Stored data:
*-*-*

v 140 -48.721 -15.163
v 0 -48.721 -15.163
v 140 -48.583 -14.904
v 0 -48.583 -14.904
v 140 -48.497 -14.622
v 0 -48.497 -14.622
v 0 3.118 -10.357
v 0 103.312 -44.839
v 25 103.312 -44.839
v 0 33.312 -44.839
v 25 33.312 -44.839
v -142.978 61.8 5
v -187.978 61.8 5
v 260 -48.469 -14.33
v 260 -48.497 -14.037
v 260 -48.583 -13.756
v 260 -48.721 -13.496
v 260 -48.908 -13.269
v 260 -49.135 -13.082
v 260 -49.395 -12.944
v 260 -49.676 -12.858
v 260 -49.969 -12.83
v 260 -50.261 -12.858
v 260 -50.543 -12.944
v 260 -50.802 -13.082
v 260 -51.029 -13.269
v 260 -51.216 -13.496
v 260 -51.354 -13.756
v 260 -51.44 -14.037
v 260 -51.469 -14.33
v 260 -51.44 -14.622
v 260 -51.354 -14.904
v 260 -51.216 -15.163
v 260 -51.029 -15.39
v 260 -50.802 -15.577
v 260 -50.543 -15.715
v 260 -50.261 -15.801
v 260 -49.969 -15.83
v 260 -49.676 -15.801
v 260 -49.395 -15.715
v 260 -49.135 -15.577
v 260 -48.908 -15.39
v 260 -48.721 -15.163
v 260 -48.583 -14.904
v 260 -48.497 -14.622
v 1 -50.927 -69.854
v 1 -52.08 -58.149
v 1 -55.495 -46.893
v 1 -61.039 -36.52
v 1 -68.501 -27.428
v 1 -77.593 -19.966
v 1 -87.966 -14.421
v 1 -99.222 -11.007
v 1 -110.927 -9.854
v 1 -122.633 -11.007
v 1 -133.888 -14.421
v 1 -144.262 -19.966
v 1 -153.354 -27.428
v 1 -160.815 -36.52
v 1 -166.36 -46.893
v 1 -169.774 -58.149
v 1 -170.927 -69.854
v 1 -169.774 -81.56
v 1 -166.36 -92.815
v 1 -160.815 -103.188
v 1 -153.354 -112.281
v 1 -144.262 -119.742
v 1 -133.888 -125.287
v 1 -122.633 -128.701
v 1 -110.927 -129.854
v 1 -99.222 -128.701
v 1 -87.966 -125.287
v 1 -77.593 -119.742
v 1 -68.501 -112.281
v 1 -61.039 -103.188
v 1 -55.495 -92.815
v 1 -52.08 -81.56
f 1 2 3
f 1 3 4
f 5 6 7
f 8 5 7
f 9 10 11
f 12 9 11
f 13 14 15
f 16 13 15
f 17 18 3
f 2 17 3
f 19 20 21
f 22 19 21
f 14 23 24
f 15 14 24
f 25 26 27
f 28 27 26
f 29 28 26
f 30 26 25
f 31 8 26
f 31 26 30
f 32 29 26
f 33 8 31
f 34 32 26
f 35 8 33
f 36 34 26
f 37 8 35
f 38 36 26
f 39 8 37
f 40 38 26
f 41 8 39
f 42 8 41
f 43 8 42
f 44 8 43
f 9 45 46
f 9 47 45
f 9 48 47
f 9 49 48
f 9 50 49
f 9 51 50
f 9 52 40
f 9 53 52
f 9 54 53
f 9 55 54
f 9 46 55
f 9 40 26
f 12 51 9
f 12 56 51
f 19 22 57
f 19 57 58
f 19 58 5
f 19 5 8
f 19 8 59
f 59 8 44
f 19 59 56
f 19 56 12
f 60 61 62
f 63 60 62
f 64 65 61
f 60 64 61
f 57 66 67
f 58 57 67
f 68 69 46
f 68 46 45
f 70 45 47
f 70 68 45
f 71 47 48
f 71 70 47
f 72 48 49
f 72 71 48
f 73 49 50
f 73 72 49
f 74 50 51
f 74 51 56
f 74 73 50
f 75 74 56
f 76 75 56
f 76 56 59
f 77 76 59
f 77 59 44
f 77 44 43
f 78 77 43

*-*-*

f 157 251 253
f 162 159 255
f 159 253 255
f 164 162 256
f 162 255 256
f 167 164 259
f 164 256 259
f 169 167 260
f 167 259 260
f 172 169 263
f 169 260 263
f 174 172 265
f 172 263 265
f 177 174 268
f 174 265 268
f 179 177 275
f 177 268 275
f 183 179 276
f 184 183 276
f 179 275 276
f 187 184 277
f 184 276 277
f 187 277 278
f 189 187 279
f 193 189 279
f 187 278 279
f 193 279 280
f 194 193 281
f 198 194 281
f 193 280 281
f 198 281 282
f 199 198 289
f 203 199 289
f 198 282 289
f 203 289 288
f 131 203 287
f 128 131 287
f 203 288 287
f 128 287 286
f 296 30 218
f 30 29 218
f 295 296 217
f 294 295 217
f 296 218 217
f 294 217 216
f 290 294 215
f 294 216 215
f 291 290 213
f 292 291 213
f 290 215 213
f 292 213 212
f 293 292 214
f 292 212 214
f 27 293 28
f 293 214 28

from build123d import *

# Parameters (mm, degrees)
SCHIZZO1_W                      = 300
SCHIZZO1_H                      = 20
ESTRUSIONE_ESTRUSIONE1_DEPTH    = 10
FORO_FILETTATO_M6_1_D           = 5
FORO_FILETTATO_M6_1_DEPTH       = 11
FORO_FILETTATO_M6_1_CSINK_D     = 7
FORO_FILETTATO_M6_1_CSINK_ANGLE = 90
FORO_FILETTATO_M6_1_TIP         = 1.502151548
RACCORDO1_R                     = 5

*-*-*

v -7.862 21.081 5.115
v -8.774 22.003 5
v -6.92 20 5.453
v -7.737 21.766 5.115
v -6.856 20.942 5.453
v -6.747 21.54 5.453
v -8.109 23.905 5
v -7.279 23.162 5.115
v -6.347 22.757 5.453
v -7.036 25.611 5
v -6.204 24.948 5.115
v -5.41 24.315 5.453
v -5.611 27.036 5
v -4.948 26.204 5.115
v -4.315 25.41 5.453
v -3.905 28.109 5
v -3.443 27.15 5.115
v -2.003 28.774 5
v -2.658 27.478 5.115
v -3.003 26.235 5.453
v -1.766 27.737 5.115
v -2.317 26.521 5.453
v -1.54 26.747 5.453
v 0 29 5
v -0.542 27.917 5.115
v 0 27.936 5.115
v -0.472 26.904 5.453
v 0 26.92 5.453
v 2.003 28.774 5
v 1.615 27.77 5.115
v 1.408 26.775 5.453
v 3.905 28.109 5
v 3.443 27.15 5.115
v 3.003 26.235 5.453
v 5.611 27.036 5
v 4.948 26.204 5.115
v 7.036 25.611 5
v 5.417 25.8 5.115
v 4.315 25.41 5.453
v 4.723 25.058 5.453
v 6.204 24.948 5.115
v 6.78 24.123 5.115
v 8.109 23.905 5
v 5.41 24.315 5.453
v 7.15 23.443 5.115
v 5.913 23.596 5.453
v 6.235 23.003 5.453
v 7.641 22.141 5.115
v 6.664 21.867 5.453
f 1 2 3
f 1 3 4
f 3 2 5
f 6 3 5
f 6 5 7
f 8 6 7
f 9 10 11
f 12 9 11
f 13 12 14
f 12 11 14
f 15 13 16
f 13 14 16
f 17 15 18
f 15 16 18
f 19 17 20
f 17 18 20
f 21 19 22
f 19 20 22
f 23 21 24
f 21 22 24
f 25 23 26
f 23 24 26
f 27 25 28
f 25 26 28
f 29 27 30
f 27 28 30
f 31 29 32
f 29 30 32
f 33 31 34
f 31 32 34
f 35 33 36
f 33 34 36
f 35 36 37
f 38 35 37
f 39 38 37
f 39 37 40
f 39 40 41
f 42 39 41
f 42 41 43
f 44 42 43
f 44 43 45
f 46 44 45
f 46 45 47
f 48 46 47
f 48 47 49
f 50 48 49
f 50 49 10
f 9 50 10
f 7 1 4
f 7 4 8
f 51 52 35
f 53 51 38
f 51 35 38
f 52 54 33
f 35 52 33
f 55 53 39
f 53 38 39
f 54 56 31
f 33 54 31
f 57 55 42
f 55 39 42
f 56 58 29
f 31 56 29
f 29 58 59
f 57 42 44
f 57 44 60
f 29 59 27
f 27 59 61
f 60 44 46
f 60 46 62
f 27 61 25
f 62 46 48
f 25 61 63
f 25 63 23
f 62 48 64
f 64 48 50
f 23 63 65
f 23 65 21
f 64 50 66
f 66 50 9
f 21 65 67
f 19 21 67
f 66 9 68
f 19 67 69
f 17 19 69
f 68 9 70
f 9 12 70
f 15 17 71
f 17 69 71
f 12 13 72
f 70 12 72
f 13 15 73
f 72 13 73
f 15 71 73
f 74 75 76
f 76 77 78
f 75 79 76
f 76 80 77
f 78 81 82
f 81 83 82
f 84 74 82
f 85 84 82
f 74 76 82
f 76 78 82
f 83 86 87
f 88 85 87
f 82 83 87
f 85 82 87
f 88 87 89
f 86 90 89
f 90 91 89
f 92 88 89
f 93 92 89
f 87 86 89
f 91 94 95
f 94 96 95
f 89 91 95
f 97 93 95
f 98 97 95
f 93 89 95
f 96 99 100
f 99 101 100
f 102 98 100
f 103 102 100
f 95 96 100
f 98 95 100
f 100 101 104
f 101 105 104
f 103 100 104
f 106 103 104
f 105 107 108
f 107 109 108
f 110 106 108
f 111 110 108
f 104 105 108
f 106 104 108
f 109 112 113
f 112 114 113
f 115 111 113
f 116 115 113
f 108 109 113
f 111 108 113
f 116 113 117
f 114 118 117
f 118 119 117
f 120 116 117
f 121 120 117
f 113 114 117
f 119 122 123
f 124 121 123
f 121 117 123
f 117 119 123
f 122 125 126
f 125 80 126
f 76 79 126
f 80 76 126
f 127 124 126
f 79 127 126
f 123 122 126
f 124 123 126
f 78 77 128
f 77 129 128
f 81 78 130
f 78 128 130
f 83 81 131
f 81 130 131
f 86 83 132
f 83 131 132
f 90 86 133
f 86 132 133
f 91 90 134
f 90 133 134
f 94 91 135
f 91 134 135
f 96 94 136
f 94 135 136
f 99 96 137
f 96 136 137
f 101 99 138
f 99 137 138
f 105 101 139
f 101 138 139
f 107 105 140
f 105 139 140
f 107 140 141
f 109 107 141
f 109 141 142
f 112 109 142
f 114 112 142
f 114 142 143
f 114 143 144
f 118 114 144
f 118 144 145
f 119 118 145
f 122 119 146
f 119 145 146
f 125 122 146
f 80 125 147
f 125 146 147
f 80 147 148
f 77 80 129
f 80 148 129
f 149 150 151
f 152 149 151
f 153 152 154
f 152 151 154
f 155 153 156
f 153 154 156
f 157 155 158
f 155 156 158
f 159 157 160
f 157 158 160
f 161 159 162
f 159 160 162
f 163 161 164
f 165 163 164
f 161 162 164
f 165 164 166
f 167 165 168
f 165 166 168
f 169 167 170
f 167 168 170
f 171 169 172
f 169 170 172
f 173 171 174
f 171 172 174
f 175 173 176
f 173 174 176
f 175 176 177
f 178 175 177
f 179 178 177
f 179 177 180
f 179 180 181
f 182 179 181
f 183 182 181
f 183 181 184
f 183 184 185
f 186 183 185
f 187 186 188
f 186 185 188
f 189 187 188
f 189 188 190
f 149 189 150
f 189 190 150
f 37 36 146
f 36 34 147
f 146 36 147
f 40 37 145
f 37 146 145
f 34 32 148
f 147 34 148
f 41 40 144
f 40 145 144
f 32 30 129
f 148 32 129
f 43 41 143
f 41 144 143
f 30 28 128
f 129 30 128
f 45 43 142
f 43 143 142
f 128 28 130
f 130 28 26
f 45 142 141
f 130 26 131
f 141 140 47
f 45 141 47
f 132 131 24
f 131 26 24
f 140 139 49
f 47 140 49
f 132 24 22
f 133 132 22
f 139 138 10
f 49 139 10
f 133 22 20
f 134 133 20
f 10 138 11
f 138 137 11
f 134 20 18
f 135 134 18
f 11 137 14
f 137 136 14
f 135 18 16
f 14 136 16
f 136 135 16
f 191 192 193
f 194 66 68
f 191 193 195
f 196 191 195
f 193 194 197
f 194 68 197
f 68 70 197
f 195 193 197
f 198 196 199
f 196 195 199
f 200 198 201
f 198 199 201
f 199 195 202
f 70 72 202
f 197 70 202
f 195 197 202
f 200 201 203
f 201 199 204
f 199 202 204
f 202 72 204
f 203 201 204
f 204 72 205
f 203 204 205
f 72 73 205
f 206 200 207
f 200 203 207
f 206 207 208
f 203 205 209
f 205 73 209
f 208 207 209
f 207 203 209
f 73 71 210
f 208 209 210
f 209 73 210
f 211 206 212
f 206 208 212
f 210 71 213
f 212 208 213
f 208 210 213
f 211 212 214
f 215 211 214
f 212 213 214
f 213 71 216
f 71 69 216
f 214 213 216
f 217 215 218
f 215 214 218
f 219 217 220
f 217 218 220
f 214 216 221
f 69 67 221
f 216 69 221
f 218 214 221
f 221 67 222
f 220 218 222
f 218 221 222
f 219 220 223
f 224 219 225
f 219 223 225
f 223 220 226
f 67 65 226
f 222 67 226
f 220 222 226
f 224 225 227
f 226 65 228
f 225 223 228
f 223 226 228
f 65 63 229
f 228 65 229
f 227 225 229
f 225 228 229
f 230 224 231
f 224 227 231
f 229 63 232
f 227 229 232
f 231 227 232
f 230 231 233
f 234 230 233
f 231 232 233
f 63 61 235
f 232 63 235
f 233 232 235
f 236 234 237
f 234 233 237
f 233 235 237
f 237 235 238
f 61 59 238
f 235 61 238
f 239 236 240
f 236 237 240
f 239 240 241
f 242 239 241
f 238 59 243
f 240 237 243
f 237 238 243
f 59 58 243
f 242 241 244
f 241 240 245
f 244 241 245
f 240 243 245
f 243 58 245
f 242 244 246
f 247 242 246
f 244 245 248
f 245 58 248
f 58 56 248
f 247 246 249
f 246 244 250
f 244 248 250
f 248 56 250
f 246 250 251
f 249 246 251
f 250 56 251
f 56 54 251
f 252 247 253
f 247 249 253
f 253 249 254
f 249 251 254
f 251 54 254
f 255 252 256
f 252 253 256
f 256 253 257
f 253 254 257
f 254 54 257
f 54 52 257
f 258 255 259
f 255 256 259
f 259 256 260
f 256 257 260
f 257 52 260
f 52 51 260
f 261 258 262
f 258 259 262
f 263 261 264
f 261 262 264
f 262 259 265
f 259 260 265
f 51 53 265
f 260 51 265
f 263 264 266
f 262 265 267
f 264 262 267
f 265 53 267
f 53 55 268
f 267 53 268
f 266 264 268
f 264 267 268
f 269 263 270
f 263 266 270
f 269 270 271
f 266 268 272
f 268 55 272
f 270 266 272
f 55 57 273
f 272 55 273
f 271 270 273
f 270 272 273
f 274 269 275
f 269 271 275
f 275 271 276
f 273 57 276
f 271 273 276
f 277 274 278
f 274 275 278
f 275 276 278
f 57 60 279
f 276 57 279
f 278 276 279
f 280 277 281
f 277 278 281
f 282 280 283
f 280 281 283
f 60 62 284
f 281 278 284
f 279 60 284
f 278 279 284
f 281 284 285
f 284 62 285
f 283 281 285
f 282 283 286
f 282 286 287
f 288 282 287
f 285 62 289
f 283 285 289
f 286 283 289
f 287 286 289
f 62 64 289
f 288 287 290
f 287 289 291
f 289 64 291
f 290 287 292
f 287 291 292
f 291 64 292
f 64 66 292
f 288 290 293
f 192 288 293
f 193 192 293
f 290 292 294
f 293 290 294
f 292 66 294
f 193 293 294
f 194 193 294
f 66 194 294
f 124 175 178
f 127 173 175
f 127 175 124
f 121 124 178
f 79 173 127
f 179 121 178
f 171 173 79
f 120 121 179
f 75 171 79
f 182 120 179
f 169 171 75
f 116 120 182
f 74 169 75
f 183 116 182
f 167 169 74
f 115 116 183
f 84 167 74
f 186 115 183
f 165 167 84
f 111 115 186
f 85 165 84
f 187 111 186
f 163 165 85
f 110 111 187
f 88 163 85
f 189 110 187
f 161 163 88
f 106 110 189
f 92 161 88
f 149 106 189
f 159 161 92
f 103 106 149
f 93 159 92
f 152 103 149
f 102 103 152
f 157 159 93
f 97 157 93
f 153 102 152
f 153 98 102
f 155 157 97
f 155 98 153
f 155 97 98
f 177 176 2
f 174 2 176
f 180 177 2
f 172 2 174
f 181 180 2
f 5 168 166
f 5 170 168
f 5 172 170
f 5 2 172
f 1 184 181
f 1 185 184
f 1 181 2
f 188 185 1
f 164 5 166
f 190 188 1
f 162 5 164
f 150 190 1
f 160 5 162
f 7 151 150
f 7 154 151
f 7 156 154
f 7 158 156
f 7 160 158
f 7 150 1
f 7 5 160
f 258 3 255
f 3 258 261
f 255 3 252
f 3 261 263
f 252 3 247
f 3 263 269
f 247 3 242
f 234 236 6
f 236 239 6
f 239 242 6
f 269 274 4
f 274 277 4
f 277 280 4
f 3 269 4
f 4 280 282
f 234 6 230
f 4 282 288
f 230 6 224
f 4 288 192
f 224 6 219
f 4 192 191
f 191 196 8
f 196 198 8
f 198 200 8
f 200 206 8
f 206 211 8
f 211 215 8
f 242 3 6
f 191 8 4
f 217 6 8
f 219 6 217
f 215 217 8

*-*-*

● Activity:
Print exactly the lines above from the one with "v 140 -48.721 -15.163" to the one with "v 260 -50.543 -12.944", including both.

● Output below:
v 140 -48.721 -15.163
v 0 -48.721 -15.163
v 140 -48.583 -14.904
v 0 -48.583 -14.904
v 140 -48.497 -14.622
v 0 -48.497 -14.622
v 0 3.118 -10.357
v 0 103.312 -44.839
v 25 103.312 -44.839
v 0 33.312 -44.839
v 25 33.312 -44.839
v -142.978 61.8 5
v -187.978 61.8 5
v 260 -48.469 -14.33
v 260 -48.497 -14.037
v 260 -48.583 -13.756
v 260 -48.721 -13.496
v 260 -48.908 -13.269
v 260 -49.135 -13.082
v 260 -49.395 -12.944
v 260 -49.676 -12.858
v 260 -49.969 -12.83
v 260 -50.261 -12.858
v 260 -50.543 -12.944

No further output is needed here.